The park’s look will be better with stakes that are high – a handsome cash prize and one’s reputation as a landscaper vastly improved as a winner of the event, a major one in the Panagbenga.

“It was the mayor [Benjamin Magalong] who asked that the park be beautified,” said Jonalyn Viloria, who has competed for more than 10 years now in one of the festivals’ most anticipated events in its 36-day calendar.

The Tadiangan, Tuba, Benguet native will start beautifying her spot with ornamental plants like petunia, dianthus, salvia, and marigold heeding the mayor’s call to “fix” the park devastated by rains and wind during the rainy season.

“The plants were not meant for the strong rains. Patay lahat (All dead),” said artist Gilbert Gano Alberto, who installed stone sculptures at the park which was completed four months after its supposed completion date.

The eight-foot butterfly ready to launch in the middle of the park has lost all its plants, leaving only the mesh it was made off, showing that the place really needs sprucing up.
Viloria will be joined by seven other landscapers, who desire winning the most, and their coming will help level up the park’s vista that demonstrates Baguio’s Creative City status given by the United Nations Educational Scientific and Cultural Organization (UNESCO).

Two new structures have been recently erected at the park that mark out Baguio as a creative city and the birthplace of the Panagbenga, signified by the sunflower.

The structures are now at the entrance of the park from Insular Life to accompany the 17 artworks of Alberto.

Alberto is a noted Baguio boy grown of Ifugao roots artist who has won two major prizes internationally, the “Prix du Public -Bois” and the “Prix des Artistes”.

“The mayor asked for it, so it can be beautified and people will have something to see,” Viloria said.

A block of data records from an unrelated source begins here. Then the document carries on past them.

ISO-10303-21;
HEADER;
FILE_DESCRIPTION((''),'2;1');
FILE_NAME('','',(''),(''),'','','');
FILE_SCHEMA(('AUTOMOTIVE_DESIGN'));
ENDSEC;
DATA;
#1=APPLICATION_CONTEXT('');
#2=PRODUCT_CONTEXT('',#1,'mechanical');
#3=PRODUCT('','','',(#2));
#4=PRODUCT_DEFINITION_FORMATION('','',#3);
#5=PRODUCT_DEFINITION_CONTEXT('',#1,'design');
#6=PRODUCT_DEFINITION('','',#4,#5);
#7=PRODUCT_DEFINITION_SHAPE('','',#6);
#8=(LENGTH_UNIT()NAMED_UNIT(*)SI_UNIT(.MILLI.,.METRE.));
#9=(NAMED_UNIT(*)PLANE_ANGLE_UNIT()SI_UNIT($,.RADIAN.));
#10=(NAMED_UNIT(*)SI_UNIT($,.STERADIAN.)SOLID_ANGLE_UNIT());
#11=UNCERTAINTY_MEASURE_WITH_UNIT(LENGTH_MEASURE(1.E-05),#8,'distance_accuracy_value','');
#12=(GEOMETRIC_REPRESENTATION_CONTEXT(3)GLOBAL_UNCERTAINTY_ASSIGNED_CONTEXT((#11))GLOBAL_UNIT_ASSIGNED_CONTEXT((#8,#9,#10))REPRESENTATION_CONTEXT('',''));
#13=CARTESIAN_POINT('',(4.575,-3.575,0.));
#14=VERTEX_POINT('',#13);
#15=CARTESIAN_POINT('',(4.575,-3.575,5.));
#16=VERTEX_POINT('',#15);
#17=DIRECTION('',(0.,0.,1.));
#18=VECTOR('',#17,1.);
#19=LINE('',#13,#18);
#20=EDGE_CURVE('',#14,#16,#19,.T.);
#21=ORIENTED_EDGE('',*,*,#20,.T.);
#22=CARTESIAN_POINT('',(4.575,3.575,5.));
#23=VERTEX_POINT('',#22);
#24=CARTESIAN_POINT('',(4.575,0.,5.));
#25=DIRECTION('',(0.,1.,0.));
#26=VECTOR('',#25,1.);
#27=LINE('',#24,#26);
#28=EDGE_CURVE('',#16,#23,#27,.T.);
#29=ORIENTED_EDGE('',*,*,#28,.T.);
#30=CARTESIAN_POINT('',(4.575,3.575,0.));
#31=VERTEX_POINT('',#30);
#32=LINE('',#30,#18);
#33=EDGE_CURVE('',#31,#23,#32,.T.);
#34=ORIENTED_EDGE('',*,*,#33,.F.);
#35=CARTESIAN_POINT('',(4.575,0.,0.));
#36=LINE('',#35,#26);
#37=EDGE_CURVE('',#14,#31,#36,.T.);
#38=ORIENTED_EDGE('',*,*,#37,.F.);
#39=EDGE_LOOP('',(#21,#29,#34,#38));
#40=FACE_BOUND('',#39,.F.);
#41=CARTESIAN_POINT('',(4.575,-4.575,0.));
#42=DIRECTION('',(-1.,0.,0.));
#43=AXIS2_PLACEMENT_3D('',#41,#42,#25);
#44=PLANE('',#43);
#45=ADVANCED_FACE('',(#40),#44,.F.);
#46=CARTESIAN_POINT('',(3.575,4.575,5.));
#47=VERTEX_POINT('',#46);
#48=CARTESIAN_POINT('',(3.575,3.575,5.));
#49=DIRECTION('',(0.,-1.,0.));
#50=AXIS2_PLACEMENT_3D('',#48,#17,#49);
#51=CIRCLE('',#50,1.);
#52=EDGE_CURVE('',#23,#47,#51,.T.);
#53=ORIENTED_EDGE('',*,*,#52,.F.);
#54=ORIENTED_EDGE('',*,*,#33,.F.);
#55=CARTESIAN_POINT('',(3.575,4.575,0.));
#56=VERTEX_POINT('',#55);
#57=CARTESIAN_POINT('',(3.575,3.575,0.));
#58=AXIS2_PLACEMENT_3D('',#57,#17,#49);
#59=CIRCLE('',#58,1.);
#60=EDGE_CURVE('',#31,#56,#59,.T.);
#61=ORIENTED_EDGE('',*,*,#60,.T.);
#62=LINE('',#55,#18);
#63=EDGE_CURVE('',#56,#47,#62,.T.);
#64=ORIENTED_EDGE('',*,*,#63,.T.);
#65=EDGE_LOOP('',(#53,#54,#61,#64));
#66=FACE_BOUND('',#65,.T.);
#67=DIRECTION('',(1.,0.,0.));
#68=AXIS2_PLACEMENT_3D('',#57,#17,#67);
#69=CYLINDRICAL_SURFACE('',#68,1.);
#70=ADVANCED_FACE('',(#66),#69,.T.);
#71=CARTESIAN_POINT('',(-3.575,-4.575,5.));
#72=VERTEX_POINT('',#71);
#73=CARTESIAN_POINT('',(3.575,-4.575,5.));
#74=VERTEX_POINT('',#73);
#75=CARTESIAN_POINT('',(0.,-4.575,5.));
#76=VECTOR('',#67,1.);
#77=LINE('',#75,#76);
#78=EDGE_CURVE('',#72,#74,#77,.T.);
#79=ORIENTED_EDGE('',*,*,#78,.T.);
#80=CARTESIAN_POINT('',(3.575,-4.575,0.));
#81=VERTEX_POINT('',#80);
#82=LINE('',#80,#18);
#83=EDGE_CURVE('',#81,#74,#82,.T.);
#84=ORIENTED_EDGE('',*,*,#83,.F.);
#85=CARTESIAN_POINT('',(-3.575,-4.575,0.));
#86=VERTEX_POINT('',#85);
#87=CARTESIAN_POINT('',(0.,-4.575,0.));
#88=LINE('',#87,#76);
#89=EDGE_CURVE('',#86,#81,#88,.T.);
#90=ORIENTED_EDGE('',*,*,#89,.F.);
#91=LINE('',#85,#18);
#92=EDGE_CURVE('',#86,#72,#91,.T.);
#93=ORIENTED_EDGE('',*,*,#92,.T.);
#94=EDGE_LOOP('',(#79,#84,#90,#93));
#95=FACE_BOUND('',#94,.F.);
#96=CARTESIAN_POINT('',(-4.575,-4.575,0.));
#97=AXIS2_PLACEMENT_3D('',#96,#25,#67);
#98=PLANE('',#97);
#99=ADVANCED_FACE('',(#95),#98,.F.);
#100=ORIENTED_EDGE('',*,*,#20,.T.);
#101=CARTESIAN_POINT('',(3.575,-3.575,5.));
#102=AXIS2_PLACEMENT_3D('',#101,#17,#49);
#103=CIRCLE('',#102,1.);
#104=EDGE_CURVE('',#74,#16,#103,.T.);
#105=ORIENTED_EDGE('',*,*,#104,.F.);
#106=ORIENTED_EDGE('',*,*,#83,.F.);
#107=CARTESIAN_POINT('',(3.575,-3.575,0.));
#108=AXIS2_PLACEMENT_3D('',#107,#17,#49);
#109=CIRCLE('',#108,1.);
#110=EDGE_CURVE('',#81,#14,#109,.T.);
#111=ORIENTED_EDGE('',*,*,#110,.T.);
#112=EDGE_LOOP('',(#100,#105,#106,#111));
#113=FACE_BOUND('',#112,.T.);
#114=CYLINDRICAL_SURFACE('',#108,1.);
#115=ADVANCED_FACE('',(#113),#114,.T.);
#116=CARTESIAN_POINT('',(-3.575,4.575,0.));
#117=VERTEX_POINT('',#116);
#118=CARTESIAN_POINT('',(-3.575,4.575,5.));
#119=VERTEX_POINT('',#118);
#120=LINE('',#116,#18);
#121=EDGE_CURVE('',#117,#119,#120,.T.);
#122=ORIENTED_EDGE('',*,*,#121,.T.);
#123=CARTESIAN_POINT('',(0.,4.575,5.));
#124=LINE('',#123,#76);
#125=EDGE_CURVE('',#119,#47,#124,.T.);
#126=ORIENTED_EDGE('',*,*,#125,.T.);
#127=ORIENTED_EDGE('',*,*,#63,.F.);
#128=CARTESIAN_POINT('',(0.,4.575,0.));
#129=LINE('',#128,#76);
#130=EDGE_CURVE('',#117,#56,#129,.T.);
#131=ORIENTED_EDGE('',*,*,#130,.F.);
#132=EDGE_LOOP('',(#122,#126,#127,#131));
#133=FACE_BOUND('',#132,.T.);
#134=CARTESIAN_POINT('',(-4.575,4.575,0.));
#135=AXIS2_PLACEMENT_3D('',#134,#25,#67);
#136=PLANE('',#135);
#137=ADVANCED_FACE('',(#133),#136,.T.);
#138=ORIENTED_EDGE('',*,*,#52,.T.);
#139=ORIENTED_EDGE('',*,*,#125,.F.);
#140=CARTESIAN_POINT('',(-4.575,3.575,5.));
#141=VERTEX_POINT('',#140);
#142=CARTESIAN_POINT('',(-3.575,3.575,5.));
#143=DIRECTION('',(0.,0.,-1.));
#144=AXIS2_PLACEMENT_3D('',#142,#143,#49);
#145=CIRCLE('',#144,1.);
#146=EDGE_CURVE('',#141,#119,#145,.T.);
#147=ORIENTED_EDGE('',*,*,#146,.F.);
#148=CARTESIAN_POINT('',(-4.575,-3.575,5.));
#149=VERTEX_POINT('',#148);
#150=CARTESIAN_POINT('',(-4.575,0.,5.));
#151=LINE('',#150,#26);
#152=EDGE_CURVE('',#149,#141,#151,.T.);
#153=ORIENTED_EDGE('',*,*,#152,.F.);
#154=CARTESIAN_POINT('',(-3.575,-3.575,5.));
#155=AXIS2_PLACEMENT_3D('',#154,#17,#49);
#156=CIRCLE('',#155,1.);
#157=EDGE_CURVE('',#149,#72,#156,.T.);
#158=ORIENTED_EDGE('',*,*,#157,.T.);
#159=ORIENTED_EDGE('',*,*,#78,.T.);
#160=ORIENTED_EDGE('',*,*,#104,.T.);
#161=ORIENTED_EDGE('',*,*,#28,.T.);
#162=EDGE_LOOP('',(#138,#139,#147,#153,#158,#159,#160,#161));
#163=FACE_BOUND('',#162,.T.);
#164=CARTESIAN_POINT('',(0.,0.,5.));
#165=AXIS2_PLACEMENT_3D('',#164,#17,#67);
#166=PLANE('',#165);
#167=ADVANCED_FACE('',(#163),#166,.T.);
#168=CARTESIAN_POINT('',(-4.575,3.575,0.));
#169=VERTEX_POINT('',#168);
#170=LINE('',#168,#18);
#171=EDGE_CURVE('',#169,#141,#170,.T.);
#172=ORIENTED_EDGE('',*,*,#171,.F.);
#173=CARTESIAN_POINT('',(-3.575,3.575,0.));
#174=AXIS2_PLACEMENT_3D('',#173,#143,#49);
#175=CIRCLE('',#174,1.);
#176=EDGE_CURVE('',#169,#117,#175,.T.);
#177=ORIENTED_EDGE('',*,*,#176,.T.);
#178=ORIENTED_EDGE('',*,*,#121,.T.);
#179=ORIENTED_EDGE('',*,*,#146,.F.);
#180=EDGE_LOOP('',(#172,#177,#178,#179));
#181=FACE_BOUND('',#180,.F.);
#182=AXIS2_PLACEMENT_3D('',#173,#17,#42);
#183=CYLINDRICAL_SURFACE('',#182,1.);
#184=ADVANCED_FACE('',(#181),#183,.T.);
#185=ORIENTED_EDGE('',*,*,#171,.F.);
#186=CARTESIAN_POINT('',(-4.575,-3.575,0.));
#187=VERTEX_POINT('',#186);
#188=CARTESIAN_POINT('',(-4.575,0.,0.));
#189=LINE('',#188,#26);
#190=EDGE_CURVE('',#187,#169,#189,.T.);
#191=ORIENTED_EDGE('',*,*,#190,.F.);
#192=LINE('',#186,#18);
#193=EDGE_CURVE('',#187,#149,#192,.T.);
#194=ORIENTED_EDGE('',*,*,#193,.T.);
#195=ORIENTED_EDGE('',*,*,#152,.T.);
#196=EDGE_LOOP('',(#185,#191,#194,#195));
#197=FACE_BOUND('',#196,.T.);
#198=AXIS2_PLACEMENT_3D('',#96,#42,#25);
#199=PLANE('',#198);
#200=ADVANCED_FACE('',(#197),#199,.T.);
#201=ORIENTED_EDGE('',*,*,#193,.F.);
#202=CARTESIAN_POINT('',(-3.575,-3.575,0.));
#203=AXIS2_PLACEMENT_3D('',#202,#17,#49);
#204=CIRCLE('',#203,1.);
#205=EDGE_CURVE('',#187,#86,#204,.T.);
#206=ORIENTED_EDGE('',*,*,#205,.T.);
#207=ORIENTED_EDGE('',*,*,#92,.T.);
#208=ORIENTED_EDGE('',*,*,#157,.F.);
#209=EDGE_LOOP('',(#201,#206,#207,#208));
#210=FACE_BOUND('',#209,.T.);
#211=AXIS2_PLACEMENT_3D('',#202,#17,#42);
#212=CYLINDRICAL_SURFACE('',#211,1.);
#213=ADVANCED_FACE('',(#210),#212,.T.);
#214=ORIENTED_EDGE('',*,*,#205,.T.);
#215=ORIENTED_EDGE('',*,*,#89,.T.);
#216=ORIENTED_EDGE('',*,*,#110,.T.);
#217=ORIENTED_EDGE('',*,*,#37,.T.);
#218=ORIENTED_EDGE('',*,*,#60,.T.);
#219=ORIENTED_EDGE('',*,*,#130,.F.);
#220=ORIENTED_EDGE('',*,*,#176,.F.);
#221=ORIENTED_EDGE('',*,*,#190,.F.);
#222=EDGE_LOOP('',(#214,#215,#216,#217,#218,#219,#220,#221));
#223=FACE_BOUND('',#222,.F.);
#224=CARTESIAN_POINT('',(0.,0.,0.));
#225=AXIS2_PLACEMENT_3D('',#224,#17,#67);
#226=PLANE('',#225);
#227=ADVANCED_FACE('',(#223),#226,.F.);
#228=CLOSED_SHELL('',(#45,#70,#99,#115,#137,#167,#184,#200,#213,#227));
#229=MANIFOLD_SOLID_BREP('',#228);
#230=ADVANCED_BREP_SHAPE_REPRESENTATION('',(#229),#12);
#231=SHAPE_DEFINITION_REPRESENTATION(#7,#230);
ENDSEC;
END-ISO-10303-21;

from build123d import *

# Parameters (mm, degrees)
SKETCH_W  = 9.15
SKETCH_H  = 9.15
PAD_DEPTH = 5
FILLET_R  = 1


with BuildPart() as part:
    # Sketch → Pad (new body)
    with BuildSketch(Plane.XY):
        Rectangle(SKETCH_W, SKETCH_H)
    extrude(amount=PAD_DEPTH)

    # Fillet
    fillet_edges = [part.edges().sort_by_distance(p)[0] for p in [
        (4.575, -4.575, 2.5),
        (4.575, 4.575, 2.5),
        (-4.575, -4.575, 2.5),
        (-4.575, 4.575, 2.5),
    ]]
    fillet(fillet_edges, radius=FILLET_R)


solid = part.part
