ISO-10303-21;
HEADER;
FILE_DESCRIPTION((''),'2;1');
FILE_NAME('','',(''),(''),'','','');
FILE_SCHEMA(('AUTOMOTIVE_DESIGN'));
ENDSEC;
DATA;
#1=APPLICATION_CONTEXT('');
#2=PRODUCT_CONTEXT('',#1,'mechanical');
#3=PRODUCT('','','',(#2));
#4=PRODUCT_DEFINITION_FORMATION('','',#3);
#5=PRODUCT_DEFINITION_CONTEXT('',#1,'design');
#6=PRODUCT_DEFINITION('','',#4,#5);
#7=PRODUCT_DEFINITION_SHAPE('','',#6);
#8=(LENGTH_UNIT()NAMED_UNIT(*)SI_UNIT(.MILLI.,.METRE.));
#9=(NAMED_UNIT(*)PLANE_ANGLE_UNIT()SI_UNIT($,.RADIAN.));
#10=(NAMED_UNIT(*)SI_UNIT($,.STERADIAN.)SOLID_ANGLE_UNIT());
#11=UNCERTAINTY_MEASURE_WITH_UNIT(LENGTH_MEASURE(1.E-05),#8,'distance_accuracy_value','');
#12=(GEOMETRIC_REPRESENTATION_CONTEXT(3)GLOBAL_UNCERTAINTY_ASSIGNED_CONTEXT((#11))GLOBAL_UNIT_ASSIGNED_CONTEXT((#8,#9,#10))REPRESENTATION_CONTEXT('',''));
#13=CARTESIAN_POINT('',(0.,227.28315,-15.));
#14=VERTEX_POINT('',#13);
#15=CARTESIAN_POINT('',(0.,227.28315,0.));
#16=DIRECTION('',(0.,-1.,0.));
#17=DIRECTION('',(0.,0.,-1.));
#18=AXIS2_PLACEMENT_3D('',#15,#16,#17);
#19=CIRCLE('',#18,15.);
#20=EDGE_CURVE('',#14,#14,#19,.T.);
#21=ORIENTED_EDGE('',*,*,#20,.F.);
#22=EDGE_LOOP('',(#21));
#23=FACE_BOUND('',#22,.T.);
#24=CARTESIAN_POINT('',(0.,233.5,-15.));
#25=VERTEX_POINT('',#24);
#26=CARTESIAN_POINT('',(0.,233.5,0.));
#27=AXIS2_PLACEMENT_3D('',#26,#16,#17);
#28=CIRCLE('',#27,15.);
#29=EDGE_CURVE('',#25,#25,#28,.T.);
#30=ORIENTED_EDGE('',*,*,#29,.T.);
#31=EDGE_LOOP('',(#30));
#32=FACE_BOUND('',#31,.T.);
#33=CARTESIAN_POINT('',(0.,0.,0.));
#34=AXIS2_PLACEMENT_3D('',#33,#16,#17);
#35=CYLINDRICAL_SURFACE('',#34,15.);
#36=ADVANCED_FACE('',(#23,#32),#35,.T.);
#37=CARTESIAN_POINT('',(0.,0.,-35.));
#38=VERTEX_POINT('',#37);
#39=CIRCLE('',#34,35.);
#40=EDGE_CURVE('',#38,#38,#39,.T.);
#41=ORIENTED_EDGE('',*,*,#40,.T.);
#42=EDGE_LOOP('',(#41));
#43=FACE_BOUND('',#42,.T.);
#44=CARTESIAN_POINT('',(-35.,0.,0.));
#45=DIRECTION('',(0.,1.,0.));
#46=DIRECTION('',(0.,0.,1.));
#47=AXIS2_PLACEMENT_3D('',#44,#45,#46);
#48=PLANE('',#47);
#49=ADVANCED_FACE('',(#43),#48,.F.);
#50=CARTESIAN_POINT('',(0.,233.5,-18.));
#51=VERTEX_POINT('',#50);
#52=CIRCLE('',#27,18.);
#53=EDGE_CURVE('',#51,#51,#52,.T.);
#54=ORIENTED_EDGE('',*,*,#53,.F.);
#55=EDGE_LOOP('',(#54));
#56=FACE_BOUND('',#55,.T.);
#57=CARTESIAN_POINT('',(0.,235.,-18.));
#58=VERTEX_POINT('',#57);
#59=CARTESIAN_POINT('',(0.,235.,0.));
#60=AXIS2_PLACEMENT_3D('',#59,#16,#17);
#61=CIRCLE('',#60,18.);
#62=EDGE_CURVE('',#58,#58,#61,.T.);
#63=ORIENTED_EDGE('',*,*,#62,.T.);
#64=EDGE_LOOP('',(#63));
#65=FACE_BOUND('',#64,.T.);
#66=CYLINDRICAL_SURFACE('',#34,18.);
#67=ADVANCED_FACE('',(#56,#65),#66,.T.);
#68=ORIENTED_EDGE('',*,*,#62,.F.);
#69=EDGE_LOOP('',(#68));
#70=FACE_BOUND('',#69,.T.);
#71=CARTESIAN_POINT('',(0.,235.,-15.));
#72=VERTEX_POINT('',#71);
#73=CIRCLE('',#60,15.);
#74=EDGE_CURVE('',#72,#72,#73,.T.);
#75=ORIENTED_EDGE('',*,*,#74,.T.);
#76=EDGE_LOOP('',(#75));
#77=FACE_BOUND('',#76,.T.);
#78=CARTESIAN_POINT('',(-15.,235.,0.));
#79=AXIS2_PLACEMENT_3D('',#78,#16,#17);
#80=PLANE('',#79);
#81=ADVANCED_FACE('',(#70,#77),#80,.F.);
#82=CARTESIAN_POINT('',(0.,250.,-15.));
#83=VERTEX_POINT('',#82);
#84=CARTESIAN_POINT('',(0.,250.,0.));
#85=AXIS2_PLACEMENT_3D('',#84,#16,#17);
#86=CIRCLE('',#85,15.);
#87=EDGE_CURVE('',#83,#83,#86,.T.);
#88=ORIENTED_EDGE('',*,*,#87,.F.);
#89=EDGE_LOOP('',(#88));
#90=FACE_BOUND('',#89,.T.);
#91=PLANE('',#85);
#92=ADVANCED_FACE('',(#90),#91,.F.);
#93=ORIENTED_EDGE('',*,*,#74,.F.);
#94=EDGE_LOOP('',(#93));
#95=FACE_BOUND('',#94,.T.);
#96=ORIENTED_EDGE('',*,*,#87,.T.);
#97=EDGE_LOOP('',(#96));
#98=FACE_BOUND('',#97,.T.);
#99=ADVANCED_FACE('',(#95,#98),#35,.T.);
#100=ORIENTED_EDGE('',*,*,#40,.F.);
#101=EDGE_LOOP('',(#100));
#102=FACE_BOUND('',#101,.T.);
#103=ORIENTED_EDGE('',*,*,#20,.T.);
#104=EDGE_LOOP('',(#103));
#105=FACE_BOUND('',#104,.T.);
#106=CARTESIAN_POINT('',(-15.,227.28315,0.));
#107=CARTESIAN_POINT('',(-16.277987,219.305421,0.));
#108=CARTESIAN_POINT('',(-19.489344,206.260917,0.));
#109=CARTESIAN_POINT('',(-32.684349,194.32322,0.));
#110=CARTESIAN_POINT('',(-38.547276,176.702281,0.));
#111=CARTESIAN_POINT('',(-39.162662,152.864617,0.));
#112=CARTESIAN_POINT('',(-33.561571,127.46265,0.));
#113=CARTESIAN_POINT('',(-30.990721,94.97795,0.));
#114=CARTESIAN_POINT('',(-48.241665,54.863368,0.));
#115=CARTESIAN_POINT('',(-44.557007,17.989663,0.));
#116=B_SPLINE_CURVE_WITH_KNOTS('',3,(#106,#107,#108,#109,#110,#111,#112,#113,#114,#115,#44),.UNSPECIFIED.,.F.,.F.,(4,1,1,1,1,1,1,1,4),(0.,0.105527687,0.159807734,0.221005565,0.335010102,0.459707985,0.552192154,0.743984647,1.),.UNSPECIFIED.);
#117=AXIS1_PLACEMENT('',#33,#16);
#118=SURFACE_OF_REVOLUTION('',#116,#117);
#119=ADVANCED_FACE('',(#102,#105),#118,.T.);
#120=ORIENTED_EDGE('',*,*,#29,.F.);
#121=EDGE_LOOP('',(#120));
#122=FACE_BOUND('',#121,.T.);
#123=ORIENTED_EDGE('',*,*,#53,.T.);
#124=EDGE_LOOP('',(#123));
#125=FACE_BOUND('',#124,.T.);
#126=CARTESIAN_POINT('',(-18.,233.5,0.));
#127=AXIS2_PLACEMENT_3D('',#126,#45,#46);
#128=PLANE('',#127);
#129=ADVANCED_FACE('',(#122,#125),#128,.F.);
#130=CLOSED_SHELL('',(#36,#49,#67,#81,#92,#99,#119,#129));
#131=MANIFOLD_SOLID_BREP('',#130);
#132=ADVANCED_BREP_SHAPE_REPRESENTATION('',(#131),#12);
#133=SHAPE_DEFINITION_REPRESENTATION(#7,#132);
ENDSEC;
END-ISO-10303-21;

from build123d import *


with BuildPart() as part:
    # Croquis1 → Revolución1 (revolve)
    with BuildSketch(Plane.XY, mode=Mode.PRIVATE) as revoluci_n1_sk:
        with BuildLine():
            Line((0, 250), (-15, 250))
            Line((-15, 250), (-15, 235))
            Line((-15, 235), (-18, 235))
            Line((-18, 235), (-18, 233.5))
            Line((-18, 233.5), (-15, 233.5))
            Line((-15, 233.5), (-15, 227.283149652))
            add(Edge.make_bspline(
                [(-15, 227.283149652), (-16.277986715, 219.305420885), (-19.489344326, 206.260916929), (-32.684348565, 194.323220301), (-38.547275622, 176.702280824), (-39.162662254, 152.86461741), (-33.561571476, 127.462649854), (-30.990721493, 94.977950046), (-48.241664637, 54.863367585), (-44.557007193, 17.989663347), (-35, 0)],
                knots=[0, 0, 0, 0, 0.105527687, 0.159807734, 0.221005565, 0.335010102, 0.459707985, 0.552192154, 0.743984647, 1, 1, 1, 1], degree=3))
            Line((-35, 0), (0, 0))
            Line((0, 0), (0, 250))
        make_face()
    revolve(revoluci_n1_sk.sketch.rotate(Axis((0, 0, 0), (0, 1, 0)), 270), axis=Axis((0, 0, 0), (0, 1, 0)))


solid = part.part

Four landscapers remain at the Burnham Park, while one will have the Session Road Circle beautified after the 50-foot Christmas tree that was erected for the Enchanting Christmas was taken down.
The eight “sentinels”, stone sculptures of Alberto were also removed, and moved to the former Diplomat Hotel, which is now home of the creatives.
“I just hope that my work will be seen as worthy by the judges. It actually depends on them,” added Viloria, who has won several times including runner-up finishes.
Below the city hall stage is a mini-mountain with a waterfall and exotic plants and flowers adorning it.
“This is the concept.” Saturnina Hilario, who comes from the mining town of Itogon said.
The “mountain” also has a cave that is adorned with plants and flowers, emulating the tunnels or “usok” that abound in her hometown, which serves as a view at the Mines View Park.
“I just do hope that our caves will be turned into parks now that mining is virtually gone,” she said.
On her sixth year, and a top winner in 2018, Hilario’s concept could reach “full bloom” this time that showcases Baguio and Benguet’s terrain and view.
“There is space here, it’s wide unlike in the past year when we have to make do with the sidewalk of the (Burnham) Lake Drive,” she told the Philippine News Agency (PNA) in the vernacular.
“Now I can totally express what I envision and make it a reality,” she added as she supervises six of her workers sprucing up her “masterpiece”.
Most of the landscapers, however, have transformed the front of the Baguio Convention Center into a virtual flower park, said Baguio Country Club spokesperson Andrew Pinero, who assists Panagbenga organizing committee chairman Anthony de Leon.
“The bulk is at the convention center,” said Pinero.
He said there are 15 competitors entered into three categories – vertical, horizontal and carpet of flowers. The number of entries could be more.
“One competitor may have three entries – one vertical, one horizontal and one carpet of flowers. There is one landscaper who joined in only one category,” he said.
Viloria and Hilario will complete their works before the February 1 opening, starting off with the opening parade starting at the Panagbenga Park on Upper Session Road that straddles the Loakan Road and South Drive.
Prayers will be offered by Catholic priest Emmanuel Pannayo, Islamic prayer by Uzladh Rohala Muripaga and an “uggayam” or native prayer, by councilor Vladimir Cayabas.
Then it will be a ribbon-cutting ceremony to launch the Baguio Blooms Exposition and Exhibition at the newly renovated Baguio Convention Center, some 400 meters away.
It will be followed by the opening parade that will end at the Baguio athletic bowl.
Former mayor Mauricio Domogan, chairman for life of the Baguio Flower Festival Foundation, will deliver the opening remarks with Magalong giving the inspirational message.
It will be followed by the drum and lyre competition for elementary students from where the qualifiers for the finals will be known and final judging to be made during the street dancing competition on February 29
Baguio Rep. Mark Go will give the closing remarks for the opening rites of the Panagbenga which celebrates its silver anniversary.
Starting in 1996, the Panagbenga then was a week-long festival aimed to help Baguio regain its stature as one of the top tourist destinations in the country.
A brainchild of the late and then Bases Conversion Development Authority director Damaso Bangaoet Jr., the festival was patterned after the Pasadena, California Rose Parade.
Now, it is one of the biggest and most anticipated annual festivities in the country./Pigeon Lobien (PNA)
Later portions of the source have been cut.